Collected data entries
★ ★ ★ ★ ★ ★ ★

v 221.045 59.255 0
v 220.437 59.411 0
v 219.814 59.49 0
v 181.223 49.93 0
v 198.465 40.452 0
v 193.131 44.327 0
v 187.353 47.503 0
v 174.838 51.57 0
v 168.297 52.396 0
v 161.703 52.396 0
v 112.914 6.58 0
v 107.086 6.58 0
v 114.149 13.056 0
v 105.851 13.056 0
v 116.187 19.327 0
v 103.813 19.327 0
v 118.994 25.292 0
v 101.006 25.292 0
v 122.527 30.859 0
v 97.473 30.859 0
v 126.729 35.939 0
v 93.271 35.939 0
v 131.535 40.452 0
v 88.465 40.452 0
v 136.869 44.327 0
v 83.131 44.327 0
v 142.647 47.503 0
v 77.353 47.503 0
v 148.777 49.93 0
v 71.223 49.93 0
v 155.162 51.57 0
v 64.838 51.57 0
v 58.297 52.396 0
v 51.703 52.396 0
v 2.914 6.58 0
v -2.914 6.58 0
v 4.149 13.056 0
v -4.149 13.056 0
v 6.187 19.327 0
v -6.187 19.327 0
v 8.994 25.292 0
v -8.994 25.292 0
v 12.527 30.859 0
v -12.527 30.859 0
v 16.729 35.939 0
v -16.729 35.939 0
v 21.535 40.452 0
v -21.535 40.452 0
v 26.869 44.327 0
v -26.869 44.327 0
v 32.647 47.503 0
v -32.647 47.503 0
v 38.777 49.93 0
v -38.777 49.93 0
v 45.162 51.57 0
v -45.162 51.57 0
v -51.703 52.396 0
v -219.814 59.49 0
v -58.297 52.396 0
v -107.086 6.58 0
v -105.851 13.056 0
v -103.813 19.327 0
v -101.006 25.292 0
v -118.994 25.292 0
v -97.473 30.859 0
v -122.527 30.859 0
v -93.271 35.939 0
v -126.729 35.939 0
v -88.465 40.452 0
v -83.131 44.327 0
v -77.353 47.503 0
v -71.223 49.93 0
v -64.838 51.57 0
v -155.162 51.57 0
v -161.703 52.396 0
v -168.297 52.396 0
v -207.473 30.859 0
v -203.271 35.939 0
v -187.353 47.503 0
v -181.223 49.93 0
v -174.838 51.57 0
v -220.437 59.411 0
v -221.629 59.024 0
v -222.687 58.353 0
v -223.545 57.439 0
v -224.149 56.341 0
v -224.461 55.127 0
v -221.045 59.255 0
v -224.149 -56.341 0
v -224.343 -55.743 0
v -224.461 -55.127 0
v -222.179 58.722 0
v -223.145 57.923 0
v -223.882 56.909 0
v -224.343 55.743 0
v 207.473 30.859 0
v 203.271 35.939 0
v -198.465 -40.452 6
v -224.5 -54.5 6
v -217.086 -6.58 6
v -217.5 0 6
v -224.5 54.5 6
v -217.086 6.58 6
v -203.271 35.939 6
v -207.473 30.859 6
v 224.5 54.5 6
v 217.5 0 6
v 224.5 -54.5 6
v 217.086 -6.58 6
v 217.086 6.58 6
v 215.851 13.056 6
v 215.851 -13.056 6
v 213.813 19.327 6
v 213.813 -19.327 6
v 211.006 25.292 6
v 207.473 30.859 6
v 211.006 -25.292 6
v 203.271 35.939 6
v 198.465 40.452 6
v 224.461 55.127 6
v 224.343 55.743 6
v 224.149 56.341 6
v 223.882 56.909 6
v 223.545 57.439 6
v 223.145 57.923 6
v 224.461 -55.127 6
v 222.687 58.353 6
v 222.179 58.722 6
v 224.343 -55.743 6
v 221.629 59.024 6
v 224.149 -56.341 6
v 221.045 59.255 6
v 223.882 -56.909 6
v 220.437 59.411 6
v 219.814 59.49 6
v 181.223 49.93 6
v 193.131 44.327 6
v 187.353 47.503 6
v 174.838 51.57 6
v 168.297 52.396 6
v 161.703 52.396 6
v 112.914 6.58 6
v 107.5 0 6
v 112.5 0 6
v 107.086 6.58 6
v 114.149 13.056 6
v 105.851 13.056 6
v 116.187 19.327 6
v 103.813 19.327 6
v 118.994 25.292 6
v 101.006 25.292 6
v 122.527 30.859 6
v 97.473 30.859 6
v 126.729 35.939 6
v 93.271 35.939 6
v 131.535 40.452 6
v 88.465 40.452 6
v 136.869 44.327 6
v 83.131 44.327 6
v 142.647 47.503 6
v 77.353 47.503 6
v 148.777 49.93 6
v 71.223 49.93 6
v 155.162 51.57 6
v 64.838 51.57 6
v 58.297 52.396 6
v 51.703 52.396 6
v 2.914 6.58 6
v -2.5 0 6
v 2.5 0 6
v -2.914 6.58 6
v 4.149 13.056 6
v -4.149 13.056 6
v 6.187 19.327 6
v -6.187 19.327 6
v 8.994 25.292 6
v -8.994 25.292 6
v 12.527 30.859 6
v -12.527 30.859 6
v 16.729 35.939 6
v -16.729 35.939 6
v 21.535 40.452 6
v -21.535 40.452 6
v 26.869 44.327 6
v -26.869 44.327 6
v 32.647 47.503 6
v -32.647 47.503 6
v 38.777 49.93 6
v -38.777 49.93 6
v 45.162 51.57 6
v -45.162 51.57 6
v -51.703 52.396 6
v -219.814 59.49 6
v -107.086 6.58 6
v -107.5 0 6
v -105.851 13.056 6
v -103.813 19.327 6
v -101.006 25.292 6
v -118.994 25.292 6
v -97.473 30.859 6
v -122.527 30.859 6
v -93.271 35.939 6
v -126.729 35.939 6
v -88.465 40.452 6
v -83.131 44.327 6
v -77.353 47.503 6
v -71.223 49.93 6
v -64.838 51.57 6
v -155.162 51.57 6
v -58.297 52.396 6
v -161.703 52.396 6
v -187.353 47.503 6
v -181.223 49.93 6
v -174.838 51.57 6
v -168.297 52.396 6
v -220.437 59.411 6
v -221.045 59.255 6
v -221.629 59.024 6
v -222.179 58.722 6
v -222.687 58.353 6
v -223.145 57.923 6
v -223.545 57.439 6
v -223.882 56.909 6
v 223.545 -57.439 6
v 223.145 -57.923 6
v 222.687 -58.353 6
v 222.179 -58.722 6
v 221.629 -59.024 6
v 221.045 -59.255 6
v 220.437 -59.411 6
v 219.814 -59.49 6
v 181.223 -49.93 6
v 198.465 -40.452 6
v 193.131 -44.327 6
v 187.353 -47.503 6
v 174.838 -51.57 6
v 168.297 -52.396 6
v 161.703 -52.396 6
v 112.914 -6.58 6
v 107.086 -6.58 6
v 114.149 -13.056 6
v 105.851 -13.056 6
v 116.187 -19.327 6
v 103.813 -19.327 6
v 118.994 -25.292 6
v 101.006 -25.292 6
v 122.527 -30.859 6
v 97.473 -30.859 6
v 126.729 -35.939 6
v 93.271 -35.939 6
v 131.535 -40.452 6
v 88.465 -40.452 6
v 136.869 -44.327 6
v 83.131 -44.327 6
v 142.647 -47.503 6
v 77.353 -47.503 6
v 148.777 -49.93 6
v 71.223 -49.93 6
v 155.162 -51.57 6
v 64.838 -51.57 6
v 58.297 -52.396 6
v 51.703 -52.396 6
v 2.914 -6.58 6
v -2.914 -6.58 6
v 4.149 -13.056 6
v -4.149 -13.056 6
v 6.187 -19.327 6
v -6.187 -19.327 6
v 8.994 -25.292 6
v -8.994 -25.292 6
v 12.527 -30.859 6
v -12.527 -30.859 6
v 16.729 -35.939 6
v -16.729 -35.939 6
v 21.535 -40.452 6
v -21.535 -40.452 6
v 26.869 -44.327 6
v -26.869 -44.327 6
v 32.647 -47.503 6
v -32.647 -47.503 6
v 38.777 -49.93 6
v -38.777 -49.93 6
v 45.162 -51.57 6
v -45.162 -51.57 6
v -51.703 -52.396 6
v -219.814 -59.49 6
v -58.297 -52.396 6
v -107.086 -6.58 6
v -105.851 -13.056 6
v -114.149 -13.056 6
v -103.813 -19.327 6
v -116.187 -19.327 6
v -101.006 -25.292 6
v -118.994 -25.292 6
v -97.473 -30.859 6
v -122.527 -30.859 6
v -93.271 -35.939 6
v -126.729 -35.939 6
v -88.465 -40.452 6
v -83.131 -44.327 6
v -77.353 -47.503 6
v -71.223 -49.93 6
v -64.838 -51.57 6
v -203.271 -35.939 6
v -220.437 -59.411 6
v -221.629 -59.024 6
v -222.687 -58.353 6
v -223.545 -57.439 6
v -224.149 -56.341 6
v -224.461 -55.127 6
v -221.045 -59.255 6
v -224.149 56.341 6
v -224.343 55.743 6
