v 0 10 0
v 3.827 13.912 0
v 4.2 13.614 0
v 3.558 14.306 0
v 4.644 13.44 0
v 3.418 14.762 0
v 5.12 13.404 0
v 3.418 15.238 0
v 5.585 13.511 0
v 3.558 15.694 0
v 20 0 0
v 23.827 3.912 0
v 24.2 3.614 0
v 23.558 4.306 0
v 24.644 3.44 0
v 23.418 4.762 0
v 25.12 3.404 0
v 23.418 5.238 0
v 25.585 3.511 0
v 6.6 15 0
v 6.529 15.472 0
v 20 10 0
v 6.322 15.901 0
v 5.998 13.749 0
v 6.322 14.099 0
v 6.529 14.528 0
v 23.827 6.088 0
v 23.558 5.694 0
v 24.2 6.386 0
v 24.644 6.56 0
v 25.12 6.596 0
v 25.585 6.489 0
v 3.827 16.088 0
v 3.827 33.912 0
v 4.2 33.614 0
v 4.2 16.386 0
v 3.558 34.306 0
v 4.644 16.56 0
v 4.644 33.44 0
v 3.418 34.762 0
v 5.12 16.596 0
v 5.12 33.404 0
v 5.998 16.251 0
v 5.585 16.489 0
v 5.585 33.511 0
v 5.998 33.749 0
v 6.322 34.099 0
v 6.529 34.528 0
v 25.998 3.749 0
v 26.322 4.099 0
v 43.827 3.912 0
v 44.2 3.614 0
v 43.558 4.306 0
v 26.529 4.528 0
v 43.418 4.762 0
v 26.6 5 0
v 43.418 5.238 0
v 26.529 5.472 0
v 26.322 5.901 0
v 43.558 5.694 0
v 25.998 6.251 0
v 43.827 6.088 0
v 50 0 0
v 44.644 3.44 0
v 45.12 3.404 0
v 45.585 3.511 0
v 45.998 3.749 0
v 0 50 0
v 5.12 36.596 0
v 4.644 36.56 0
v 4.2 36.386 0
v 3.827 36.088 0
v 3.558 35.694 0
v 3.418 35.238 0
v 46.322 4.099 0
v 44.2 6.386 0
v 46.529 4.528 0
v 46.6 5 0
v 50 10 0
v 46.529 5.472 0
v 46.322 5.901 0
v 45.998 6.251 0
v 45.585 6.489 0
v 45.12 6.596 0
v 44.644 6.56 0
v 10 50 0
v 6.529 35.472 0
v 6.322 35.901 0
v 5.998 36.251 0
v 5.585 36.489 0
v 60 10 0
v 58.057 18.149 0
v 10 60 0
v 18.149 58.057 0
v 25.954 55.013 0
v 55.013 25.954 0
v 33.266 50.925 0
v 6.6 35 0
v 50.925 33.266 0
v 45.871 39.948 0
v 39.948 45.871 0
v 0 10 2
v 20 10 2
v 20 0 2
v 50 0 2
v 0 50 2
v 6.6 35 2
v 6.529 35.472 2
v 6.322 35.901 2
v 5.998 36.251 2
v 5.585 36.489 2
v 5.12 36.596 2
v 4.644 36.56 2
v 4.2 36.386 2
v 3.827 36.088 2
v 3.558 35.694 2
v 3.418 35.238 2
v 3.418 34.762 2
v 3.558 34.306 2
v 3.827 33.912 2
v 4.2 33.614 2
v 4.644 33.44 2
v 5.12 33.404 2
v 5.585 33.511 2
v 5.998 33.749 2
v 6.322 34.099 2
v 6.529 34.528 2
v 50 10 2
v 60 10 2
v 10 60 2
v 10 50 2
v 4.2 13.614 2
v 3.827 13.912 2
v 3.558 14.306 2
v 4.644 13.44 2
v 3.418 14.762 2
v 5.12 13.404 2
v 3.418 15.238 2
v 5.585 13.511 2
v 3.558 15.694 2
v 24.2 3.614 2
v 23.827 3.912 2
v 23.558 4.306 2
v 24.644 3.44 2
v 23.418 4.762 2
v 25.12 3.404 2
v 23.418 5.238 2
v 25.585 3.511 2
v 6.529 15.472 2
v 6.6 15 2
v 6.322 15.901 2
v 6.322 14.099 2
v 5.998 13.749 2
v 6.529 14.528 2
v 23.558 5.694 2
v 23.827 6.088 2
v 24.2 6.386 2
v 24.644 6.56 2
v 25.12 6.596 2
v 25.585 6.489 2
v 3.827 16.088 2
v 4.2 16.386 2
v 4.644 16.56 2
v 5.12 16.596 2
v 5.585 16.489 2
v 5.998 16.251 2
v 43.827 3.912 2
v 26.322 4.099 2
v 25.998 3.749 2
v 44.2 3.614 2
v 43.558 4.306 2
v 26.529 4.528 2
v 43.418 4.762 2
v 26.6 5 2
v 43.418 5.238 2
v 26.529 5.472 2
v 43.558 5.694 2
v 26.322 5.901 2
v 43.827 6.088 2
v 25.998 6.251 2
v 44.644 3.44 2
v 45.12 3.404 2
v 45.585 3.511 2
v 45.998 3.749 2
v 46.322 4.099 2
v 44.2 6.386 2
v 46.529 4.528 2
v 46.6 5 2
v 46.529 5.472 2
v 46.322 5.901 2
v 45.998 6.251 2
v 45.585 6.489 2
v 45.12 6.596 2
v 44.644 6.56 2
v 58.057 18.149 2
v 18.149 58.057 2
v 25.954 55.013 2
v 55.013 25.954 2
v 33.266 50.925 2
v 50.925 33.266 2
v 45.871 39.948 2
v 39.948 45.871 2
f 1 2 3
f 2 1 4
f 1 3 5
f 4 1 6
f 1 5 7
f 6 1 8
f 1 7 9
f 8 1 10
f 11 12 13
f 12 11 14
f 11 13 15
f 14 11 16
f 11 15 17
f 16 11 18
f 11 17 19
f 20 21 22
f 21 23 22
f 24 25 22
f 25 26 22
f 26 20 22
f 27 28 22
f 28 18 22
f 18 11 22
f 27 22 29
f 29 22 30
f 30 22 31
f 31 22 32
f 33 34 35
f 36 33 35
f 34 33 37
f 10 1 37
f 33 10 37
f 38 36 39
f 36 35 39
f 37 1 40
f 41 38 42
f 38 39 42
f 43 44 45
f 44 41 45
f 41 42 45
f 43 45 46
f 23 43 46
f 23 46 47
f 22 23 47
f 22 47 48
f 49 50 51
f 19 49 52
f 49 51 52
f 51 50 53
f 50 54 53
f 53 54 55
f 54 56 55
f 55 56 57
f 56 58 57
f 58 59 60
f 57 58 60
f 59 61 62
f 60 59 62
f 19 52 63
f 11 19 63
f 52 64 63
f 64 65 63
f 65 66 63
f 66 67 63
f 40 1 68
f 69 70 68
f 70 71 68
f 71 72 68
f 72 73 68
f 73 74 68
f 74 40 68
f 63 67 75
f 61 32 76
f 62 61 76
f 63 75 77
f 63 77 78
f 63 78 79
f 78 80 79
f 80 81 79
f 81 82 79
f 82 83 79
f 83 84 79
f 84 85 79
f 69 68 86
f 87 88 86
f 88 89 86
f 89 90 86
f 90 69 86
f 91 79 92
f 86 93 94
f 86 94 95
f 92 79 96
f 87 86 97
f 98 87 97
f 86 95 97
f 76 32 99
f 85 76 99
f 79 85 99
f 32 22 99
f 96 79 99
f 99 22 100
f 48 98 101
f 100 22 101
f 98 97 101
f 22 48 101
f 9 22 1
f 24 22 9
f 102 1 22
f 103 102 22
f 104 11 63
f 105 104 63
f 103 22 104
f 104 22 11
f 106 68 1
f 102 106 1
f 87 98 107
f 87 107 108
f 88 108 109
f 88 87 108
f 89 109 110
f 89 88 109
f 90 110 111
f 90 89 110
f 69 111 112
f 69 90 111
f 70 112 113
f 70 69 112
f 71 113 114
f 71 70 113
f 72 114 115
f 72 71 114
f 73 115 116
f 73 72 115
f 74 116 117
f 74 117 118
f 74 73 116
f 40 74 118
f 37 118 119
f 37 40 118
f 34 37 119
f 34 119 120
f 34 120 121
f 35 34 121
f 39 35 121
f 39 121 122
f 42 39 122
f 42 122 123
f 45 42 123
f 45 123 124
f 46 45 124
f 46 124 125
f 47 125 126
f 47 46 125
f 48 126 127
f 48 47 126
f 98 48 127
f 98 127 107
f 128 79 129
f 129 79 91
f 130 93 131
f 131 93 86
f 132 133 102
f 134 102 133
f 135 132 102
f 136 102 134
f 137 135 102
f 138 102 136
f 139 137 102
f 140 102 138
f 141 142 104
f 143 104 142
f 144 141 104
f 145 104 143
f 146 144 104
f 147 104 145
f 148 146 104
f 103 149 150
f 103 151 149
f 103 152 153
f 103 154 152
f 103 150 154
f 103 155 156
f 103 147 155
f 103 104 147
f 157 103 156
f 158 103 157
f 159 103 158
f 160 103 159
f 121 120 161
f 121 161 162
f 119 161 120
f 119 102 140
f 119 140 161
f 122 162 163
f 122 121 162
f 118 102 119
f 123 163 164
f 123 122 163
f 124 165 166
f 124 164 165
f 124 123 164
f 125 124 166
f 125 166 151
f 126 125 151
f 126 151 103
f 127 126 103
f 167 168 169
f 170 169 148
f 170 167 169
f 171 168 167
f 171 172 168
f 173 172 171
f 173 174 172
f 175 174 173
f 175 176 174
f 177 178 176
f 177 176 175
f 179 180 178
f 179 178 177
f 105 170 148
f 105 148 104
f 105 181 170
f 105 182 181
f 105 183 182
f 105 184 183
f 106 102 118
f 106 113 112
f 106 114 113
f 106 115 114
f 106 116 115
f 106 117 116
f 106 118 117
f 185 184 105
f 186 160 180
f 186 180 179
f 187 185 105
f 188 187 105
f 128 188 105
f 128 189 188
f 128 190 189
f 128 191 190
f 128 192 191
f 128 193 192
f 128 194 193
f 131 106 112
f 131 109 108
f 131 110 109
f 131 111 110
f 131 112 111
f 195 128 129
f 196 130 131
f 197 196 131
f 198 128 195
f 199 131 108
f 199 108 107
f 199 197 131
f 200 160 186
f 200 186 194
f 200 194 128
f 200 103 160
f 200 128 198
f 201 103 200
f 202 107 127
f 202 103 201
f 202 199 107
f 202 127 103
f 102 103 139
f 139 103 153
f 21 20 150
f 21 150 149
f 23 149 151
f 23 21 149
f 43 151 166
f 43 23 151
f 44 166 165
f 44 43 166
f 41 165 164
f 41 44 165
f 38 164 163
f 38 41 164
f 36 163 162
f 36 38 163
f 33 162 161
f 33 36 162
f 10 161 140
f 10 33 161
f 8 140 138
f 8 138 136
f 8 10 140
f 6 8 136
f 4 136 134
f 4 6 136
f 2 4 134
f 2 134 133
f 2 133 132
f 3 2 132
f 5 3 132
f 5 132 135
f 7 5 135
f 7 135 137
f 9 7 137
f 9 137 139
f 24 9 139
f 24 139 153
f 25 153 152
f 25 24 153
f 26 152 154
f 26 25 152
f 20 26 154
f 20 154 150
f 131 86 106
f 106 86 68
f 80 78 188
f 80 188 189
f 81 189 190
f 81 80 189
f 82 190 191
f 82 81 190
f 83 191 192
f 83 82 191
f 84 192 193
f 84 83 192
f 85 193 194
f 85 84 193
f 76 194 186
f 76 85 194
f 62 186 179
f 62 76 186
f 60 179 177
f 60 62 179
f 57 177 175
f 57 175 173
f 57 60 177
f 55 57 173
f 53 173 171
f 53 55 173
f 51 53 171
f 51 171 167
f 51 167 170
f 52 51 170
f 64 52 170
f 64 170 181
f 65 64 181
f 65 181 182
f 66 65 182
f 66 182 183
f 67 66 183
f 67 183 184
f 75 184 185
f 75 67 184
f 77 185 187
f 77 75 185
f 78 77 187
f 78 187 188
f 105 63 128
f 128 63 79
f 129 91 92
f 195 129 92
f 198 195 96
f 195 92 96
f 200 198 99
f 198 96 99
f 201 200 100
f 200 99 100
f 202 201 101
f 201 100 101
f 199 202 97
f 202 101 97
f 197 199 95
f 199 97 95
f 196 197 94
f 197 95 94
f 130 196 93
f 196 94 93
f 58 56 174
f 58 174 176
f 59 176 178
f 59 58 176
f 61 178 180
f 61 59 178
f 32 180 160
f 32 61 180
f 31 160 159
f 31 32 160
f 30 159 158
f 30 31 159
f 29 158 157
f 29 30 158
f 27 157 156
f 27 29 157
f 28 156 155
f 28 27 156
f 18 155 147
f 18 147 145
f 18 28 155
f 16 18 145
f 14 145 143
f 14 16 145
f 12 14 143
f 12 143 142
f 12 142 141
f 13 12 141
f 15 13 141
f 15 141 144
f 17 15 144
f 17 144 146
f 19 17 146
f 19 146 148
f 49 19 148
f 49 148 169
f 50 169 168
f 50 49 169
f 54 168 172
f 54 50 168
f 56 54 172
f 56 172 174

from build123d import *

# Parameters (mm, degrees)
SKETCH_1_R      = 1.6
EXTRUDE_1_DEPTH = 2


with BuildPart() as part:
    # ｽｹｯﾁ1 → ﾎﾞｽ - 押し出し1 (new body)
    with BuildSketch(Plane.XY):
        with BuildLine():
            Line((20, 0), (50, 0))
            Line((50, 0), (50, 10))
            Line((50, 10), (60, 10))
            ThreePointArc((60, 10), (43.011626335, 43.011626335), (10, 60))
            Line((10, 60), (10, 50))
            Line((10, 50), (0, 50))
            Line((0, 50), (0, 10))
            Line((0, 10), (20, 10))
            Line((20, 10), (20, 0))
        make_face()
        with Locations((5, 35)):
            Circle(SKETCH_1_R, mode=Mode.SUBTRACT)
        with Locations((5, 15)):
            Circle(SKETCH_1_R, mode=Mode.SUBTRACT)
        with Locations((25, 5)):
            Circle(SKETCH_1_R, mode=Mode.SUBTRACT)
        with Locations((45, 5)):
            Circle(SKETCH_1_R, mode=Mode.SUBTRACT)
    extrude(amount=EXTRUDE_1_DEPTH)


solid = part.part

★ ★ ★ ★ ★ ★ ★

PROBLEM DETAILS –
Here the output must be the lines above from the line with "f 199 202 97" to the line with "f 56 172 174", both included, duplicated word for word and nothing else.

ANSWER FOR THIS EXERCISE –
f 199 202 97
f 202 101 97
f 197 199 95
f 199 97 95
f 196 197 94
f 197 95 94
f 130 196 93
f 196 94 93
f 58 56 174
f 58 174 176
f 59 176 178
f 59 58 176
f 61 178 180
f 61 59 178
f 32 180 160
f 32 61 180
f 31 160 159
f 31 32 160
f 30 159 158
f 30 31 159
f 29 158 157
f 29 30 158
f 27 157 156
f 27 29 157
f 28 156 155
f 28 27 156
f 18 155 147
f 18 147 145
f 18 28 155
f 16 18 145
f 14 145 143
f 14 16 145
f 12 14 143
f 12 143 142
f 12 142 141
f 13 12 141
f 15 13 141
f 15 141 144
f 17 15 144
f 17 144 146
f 19 17 146
f 19 146 148
f 49 19 148
f 49 148 169
f 50 169 168
f 50 49 169
f 54 168 172
f 54 50 168
f 56 54 172
f 56 172 174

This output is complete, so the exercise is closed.